Provided records Block Start
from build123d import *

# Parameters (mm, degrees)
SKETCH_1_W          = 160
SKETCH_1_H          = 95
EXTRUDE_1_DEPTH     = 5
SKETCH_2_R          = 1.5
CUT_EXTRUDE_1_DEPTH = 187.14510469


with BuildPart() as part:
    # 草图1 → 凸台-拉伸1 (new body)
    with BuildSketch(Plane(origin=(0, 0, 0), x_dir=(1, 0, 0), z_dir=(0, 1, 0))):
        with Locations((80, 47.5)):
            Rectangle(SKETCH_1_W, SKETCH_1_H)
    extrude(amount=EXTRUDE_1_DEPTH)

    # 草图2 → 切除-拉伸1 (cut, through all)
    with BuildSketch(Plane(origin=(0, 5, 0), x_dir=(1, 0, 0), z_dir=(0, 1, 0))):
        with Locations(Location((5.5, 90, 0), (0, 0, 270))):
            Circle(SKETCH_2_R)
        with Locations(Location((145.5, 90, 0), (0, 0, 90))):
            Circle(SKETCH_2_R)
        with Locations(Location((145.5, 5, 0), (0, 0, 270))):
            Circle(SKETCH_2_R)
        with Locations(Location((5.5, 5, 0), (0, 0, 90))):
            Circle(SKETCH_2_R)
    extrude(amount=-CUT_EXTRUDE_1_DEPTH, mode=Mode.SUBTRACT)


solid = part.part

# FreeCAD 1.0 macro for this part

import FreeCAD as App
import Part
import Sketcher


def add_polygon(sketch, points):
    """Adds a closed chain of lines whose ends are joined by coincident constraints."""
    first, n = sketch.GeometryCount, len(points)
    for a, b in zip(points, points[1:] + points[:1]):
        sketch.addGeometry(Part.LineSegment(App.Vector(*a, 0), App.Vector(*b, 0)), False)
    for i in range(n):
        sketch.addConstraint(Sketcher.Constraint("Coincident", first + i, 2, first + (i + 1) % n, 1))

doc = App.newDocument("Part")
body = doc.addObject("PartDesign::Body", "Body")

# Sketch on XZ plane
sketch1 = body.newObject("Sketcher::SketchObject", "Sketch")
sketch1.AttachmentSupport = (doc.getObject("XZ_Plane"), [""])
sketch1.MapMode = "FlatFace"
add_polygon(sketch1, [(0, -95), (0, 0), (160, 0), (160, -95)])  # lines 0-3
sketch1.addConstraint(Sketcher.Constraint("Vertical", 0))
sketch1.addConstraint(Sketcher.Constraint("Horizontal", 1))
sketch1.addConstraint(Sketcher.Constraint("Vertical", 2))
sketch1.addConstraint(Sketcher.Constraint("Horizontal", 3))
sketch1.addConstraint(Sketcher.Constraint("Coincident", 0, 2, -1, 1))
sketch1.addConstraint(Sketcher.Constraint("DistanceX", 1, 1, 1, 2, 160.0))
sketch1.addConstraint(Sketcher.Constraint("DistanceY", 0, 1, 0, 2, 95.0))
pad1 = body.newObject("PartDesign::Pad", "Pad")
pad1.Profile = sketch1
pad1.Length = 5
pad1.Reversed = True

# Sketch on XZ plane
sketch2 = body.newObject("Sketcher::SketchObject", "Sketch001")
sketch2.AttachmentSupport = (doc.getObject("XZ_Plane"), [""])
sketch2.MapMode = "FlatFace"
sketch2.AttachmentOffset = App.Placement(App.Vector(0, 0, -5), App.Rotation())
sketch2.addGeometry(Part.Circle(App.Vector(5.5, -90, 0), App.Vector(0, 0, 1), 1.5), False)
sketch2.addGeometry(Part.Circle(App.Vector(145.5, -90, 0), App.Vector(0, 0, 1), 1.5), False)
sketch2.addGeometry(Part.Circle(App.Vector(145.5, -5, 0), App.Vector(0, 0, 1), 1.5), False)
sketch2.addGeometry(Part.Circle(App.Vector(5.5, -5, 0), App.Vector(0, 0, 1), 1.5), False)
sketch2.addConstraint(Sketcher.Constraint("Equal", 0, 1))
sketch2.addConstraint(Sketcher.Constraint("Equal", 1, 2))
sketch2.addConstraint(Sketcher.Constraint("Equal", 2, 3))
sketch2.addConstraint(Sketcher.Constraint("Horizontal", 0, 3, 1, 3))
sketch2.addConstraint(Sketcher.Constraint("Horizontal", 2, 3, 3, 3))
sketch2.addConstraint(Sketcher.Constraint("Vertical", 1, 3, 2, 3))
sketch2.addConstraint(Sketcher.Constraint("Vertical", 0, 3, 3, 3))
sketch2.addConstraint(Sketcher.Constraint("Diameter", 0, 3.0))
sketch2.addConstraint(Sketcher.Constraint("DistanceY", 0, 3, -1, 1, 90.0))
sketch2.addConstraint(Sketcher.Constraint("DistanceY", 2, 3, -1, 1, 5.0))
sketch2.addConstraint(Sketcher.Constraint("DistanceX", 0, 3, 1, 3, 140.0))
sketch2.addConstraint(Sketcher.Constraint("DistanceX", -1, 1, 0, 3, 5.5))
pocket1 = body.newObject("PartDesign::Pocket", "Pocket")
pocket1.Profile = sketch2
pocket1.Type = "ThroughAll"
pocket1.Reversed = True

doc.recompute()
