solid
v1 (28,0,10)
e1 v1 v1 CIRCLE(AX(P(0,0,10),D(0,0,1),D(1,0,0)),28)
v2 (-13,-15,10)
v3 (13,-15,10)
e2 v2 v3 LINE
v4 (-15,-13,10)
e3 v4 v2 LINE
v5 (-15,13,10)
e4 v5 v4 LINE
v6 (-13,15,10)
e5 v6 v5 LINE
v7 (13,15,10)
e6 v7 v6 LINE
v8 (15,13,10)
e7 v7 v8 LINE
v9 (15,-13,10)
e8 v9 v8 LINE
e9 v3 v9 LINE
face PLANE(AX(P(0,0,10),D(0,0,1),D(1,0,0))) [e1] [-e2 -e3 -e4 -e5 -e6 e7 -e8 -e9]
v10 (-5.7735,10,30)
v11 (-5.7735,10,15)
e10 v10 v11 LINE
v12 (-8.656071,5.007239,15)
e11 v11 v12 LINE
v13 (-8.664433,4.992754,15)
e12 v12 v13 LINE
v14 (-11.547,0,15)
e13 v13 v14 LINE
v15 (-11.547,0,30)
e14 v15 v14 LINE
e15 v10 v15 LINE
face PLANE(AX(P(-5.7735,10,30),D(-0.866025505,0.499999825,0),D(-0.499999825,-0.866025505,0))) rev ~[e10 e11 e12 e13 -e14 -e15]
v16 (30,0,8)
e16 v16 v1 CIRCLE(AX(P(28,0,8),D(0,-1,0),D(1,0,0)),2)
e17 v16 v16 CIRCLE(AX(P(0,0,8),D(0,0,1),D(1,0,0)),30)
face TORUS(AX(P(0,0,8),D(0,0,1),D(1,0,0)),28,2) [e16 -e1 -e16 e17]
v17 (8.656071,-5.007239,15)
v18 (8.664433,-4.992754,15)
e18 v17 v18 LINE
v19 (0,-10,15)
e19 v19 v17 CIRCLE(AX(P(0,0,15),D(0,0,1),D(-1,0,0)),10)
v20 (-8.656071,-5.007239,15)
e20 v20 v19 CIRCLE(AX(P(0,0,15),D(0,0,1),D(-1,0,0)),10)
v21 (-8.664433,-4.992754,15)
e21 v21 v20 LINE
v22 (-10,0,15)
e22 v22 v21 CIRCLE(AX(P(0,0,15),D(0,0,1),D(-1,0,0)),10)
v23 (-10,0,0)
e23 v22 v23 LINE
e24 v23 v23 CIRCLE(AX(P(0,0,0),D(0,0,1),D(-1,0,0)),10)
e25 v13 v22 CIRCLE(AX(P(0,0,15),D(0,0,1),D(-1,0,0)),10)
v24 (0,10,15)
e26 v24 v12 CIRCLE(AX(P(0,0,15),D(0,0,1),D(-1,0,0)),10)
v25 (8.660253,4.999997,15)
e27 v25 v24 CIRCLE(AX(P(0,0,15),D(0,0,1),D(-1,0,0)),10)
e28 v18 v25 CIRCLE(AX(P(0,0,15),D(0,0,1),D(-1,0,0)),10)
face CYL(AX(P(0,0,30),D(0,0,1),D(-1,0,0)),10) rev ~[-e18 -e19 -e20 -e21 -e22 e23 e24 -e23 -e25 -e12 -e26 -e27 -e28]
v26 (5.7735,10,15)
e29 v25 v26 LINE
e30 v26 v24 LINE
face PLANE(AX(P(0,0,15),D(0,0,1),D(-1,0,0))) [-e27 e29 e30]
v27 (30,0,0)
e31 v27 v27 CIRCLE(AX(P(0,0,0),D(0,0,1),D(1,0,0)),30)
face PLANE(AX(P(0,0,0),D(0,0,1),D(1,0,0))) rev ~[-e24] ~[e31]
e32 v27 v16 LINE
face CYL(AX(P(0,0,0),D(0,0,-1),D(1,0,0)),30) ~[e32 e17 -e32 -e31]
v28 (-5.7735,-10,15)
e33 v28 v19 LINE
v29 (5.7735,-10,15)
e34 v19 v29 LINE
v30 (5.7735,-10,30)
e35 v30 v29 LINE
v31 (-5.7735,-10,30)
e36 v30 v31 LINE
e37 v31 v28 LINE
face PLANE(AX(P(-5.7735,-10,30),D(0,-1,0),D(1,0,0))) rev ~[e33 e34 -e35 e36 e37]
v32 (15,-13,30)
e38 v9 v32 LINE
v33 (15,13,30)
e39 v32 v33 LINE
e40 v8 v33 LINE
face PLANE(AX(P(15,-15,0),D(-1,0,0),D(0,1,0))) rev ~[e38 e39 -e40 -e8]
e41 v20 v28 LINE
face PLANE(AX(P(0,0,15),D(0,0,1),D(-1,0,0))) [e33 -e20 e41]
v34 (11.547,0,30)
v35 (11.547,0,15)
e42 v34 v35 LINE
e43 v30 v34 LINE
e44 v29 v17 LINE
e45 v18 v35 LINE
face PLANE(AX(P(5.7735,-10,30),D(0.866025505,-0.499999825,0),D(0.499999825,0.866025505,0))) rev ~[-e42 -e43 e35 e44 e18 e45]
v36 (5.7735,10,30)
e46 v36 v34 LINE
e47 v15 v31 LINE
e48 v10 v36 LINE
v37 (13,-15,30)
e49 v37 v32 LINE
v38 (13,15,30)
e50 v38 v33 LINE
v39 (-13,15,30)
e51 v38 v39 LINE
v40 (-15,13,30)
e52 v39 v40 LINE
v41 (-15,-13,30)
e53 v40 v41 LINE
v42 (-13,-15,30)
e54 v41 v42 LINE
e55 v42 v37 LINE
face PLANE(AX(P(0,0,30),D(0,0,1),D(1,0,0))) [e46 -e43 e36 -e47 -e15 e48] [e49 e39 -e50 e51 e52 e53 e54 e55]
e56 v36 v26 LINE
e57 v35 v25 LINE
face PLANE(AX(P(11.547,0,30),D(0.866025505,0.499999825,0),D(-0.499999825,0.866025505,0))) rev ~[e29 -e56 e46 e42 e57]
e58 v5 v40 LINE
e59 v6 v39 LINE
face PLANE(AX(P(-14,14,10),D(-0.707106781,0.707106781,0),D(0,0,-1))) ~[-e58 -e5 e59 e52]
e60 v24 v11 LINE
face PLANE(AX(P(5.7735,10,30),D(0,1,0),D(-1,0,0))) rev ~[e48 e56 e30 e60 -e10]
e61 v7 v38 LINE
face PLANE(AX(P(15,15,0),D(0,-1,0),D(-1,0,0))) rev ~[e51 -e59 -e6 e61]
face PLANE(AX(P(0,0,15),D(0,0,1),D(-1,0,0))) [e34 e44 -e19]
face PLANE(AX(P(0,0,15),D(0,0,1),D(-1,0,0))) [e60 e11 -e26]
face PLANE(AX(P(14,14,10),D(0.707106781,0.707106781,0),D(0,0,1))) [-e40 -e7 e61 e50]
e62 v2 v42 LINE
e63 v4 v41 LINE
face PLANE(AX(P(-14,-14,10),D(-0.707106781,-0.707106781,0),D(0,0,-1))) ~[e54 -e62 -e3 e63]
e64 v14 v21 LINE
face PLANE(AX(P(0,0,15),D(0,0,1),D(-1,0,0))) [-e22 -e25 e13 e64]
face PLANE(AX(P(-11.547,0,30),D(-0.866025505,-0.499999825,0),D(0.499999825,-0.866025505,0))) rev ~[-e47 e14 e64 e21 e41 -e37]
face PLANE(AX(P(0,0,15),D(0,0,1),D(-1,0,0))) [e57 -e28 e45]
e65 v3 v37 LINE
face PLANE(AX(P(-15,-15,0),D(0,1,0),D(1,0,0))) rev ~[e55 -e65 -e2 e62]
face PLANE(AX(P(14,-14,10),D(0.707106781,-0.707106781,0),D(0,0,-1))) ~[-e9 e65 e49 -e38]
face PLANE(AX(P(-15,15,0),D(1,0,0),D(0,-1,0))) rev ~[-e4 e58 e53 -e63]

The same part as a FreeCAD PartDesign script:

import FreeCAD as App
import Part
import Sketcher

V = App.Vector
Q = App.Units.Quantity


def edges_at(feature, points):
    """Names of the edges that pass closest to the given points."""
    edges = feature.Shape.Edges
    near = lambda p: min(range(len(edges)), key=lambda i: edges[i].distToShape(Part.Vertex(*p))[0])
    return sorted({f"Edge{near(p) + 1}" for p in points})


def add_polygon(sketch, points):
    """Adds a closed chain of lines whose ends are joined by coincident constraints."""
    first, n = sketch.GeometryCount, len(points)
    for a, b in zip(points, points[1:] + points[:1]):
        sketch.addGeometry(Part.LineSegment(App.Vector(*a, 0), App.Vector(*b, 0)), False)
    for i in range(n):
        sketch.addConstraint(Sketcher.Constraint("Coincident", first + i, 2, first + (i + 1) % n, 1))

doc = App.newDocument("Part")
params = doc.addObject("Spreadsheet::Sheet", "Params")
for row, (alias, value) in enumerate([
    ("sketch1_diameter", "60 mm"),
    ("sketch1_width", "30 mm"),
    ("pad1_length", "10 mm"),
    ("sketch2_width", "30 mm"),
    ("pad2_length", "30 mm"),
    ("pocket1_length", "15 mm"),
    ("sketch4_diameter", "20 mm"),
    ("pocket2_length", "55 mm"),
    ("fillet_radius", "2 mm"),
    ("chamfer_size", "2 mm"),
], start=1):
    params.set(f"A{row}", alias)
    params.set(f"B{row}", "=" + value)
    params.setAlias(f"B{row}", alias)

body = doc.addObject("PartDesign::Body", "Body")

sketch1 = body.newObject("Sketcher::SketchObject", "Sketch")
sketch1.AttachmentSupport = (doc.getObject("XY_Plane"), [""])
sketch1.MapMode = "FlatFace"
sketch1.addGeometry(Part.Circle(V(0, 0, 0), V(0, 0, 1), 30), False)
add_polygon(sketch1, [(-15, 15), (15, 15), (15, -15), (-15, -15)])
sketch1.addConstraint(Sketcher.Constraint("Horizontal", 1))
sketch1.addConstraint(Sketcher.Constraint("Vertical", 2))
sketch1.addConstraint(Sketcher.Constraint("Horizontal", 3))
sketch1.addConstraint(Sketcher.Constraint("Vertical", 4))
sketch1.addConstraint(Sketcher.Constraint("Coincident", 0, 3, -1, 1))
sketch1.addConstraint(Sketcher.Constraint("Symmetric", 1, 2, 3, 2, -1, 1))
sketch1.addConstraint(Sketcher.Constraint("Equal", 3, 2))
sketch1.addConstraint(Sketcher.Constraint("Diameter", 0, Q("60 mm")))
sketch1.addConstraint(Sketcher.Constraint("DistanceX", 1, 1, 1, 2, Q("30 mm")))
sketch1.setExpression("Constraints[11]", "Params.sketch1_diameter")
sketch1.setExpression("Constraints[12]", "Params.sketch1_width")
pad1 = body.newObject("PartDesign::Pad", "Pad")
pad1.Profile = sketch1
pad1.setExpression("Length", "Params.pad1_length")

sketch2 = body.newObject("Sketcher::SketchObject", "Sketch001")
sketch2.AttachmentSupport = (doc.getObject("XY_Plane"), [""])
sketch2.MapMode = "FlatFace"
add_polygon(sketch2, [(15, -15), (15, 15), (-15, 15), (-15, -15)])
sketch2.addConstraint(Sketcher.Constraint("Vertical", 0))
sketch2.addConstraint(Sketcher.Constraint("Horizontal", 1))
sketch2.addConstraint(Sketcher.Constraint("Vertical", 2))
sketch2.addConstraint(Sketcher.Constraint("Horizontal", 3))
sketch2.addConstraint(Sketcher.Constraint("Symmetric", 0, 2, 2, 2, -1, 1))
sketch2.addConstraint(Sketcher.Constraint("Equal", 3, 0))
sketch2.addConstraint(Sketcher.Constraint("DistanceX", 1, 2, 1, 1, Q("30 mm")))
sketch2.setExpression("Constraints[10]", "Params.sketch2_width")
pad2 = body.newObject("PartDesign::Pad", "Pad001")
pad2.Profile = sketch2
pad2.setExpression("Length", "Params.pad2_length")

sketch3 = body.newObject("Sketcher::SketchObject", "Sketch002")
sketch3.AttachmentSupport = (doc.getObject("XY_Plane"), [""])
sketch3.MapMode = "FlatFace"
sketch3.AttachmentOffset = App.Placement(V(0, 0, 30), App.Rotation())
add_polygon(sketch3, [(5.7735, 10), (-5.7735, 10), (-11.547, 0), (-5.7735, -10), (5.7735, -10), (11.547, 0)])
sketch3.addConstraint(Sketcher.Constraint("Horizontal", 0))
sketch3.addConstraint(Sketcher.Constraint("Horizontal", 3))
sketch3.addConstraint(Sketcher.Constraint("Symmetric", 0, 2, 3, 2, -1, 1))
sketch3.addConstraint(Sketcher.Constraint("Symmetric", 1, 2, 4, 2, -1, 1))
sketch3.addConstraint(Sketcher.Constraint("PointOnObject", 1, 2, -1))
sketch3.addConstraint(Sketcher.Constraint("Parallel", 2, 5))
sketch3.addConstraint(Sketcher.Constraint("Vertical", 0, 2, 2, 2))
sketch3.addConstraint(Sketcher.Constraint("DistanceY", 2, 2, 0, 2, Q("20 mm")))
sketch3.addConstraint(Sketcher.Constraint("Angle", 1, Q("-120 deg")))
sketch3.addConstraint(Sketcher.Constraint("DistanceX", 1, 2, 4, 2, Q("23.094 mm")))
pocket1 = body.newObject("PartDesign::Pocket", "Pocket")
pocket1.Profile = sketch3
pocket1.setExpression("Length", "Params.pocket1_length")

sketch4 = body.newObject("Sketcher::SketchObject", "Sketch003")
sketch4.AttachmentSupport = (doc.getObject("XY_Plane"), [""])
sketch4.MapMode = "FlatFace"
sketch4.AttachmentOffset = App.Placement(V(0, 0, 30), App.Rotation())
sketch4.addGeometry(Part.Circle(V(0, 0, 0), V(0, 0, 1), 10), False)
sketch4.addConstraint(Sketcher.Constraint("Coincident", 0, 3, -1, 1))
sketch4.addConstraint(Sketcher.Constraint("Diameter", 0, Q("20 mm")))
sketch4.setExpression("Constraints[1]", "Params.sketch4_diameter")
pocket2 = body.newObject("PartDesign::Pocket", "Pocket001")
pocket2.Profile = sketch4
pocket2.setExpression("Length", "Params.pocket2_length")
doc.recompute()

fillet = body.newObject("PartDesign::Fillet", "Fillet")
fillet.Base = (pocket2, edges_at(pocket2, [(-27.97, -10.848, 10)]))
fillet.setExpression("Radius", "Params.fillet_radius")
doc.recompute()

chamfer = body.newObject("PartDesign::Chamfer", "Chamfer")
chamfer.Base = (fillet, edges_at(fillet, [
    (-15, -15, 20),
    (-15, 15, 20),
    (15, 15, 20),
    (15, -15, 20),
]))
chamfer.setExpression("Size", "Params.chamfer_size")

doc.recompute()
Provided records Block End
Only the lines above from the line containing "v33 (15,13,30)" through the line containing "e49 v37 v32 LINE" should be retyped, exactly and with both ends included.

v33 (15,13,30)
e39 v32 v33 LINE
e40 v8 v33 LINE
face PLANE(AX(P(15,-15,0),D(-1,0,0),D(0,1,0))) rev ~[e38 e39 -e40 -e8]
e41 v20 v28 LINE
face PLANE(AX(P(0,0,15),D(0,0,1),D(-1,0,0))) [e33 -e20 e41]
v34 (11.547,0,30)
v35 (11.547,0,15)
e42 v34 v35 LINE
e43 v30 v34 LINE
e44 v29 v17 LINE
e45 v18 v35 LINE
face PLANE(AX(P(5.7735,-10,30),D(0.866025505,-0.499999825,0),D(0.499999825,0.866025505,0))) rev ~[-e42 -e43 e35 e44 e18 e45]
v36 (5.7735,10,30)
e46 v36 v34 LINE
e47 v15 v31 LINE
e48 v10 v36 LINE
v37 (13,-15,30)
e49 v37 v32 LINE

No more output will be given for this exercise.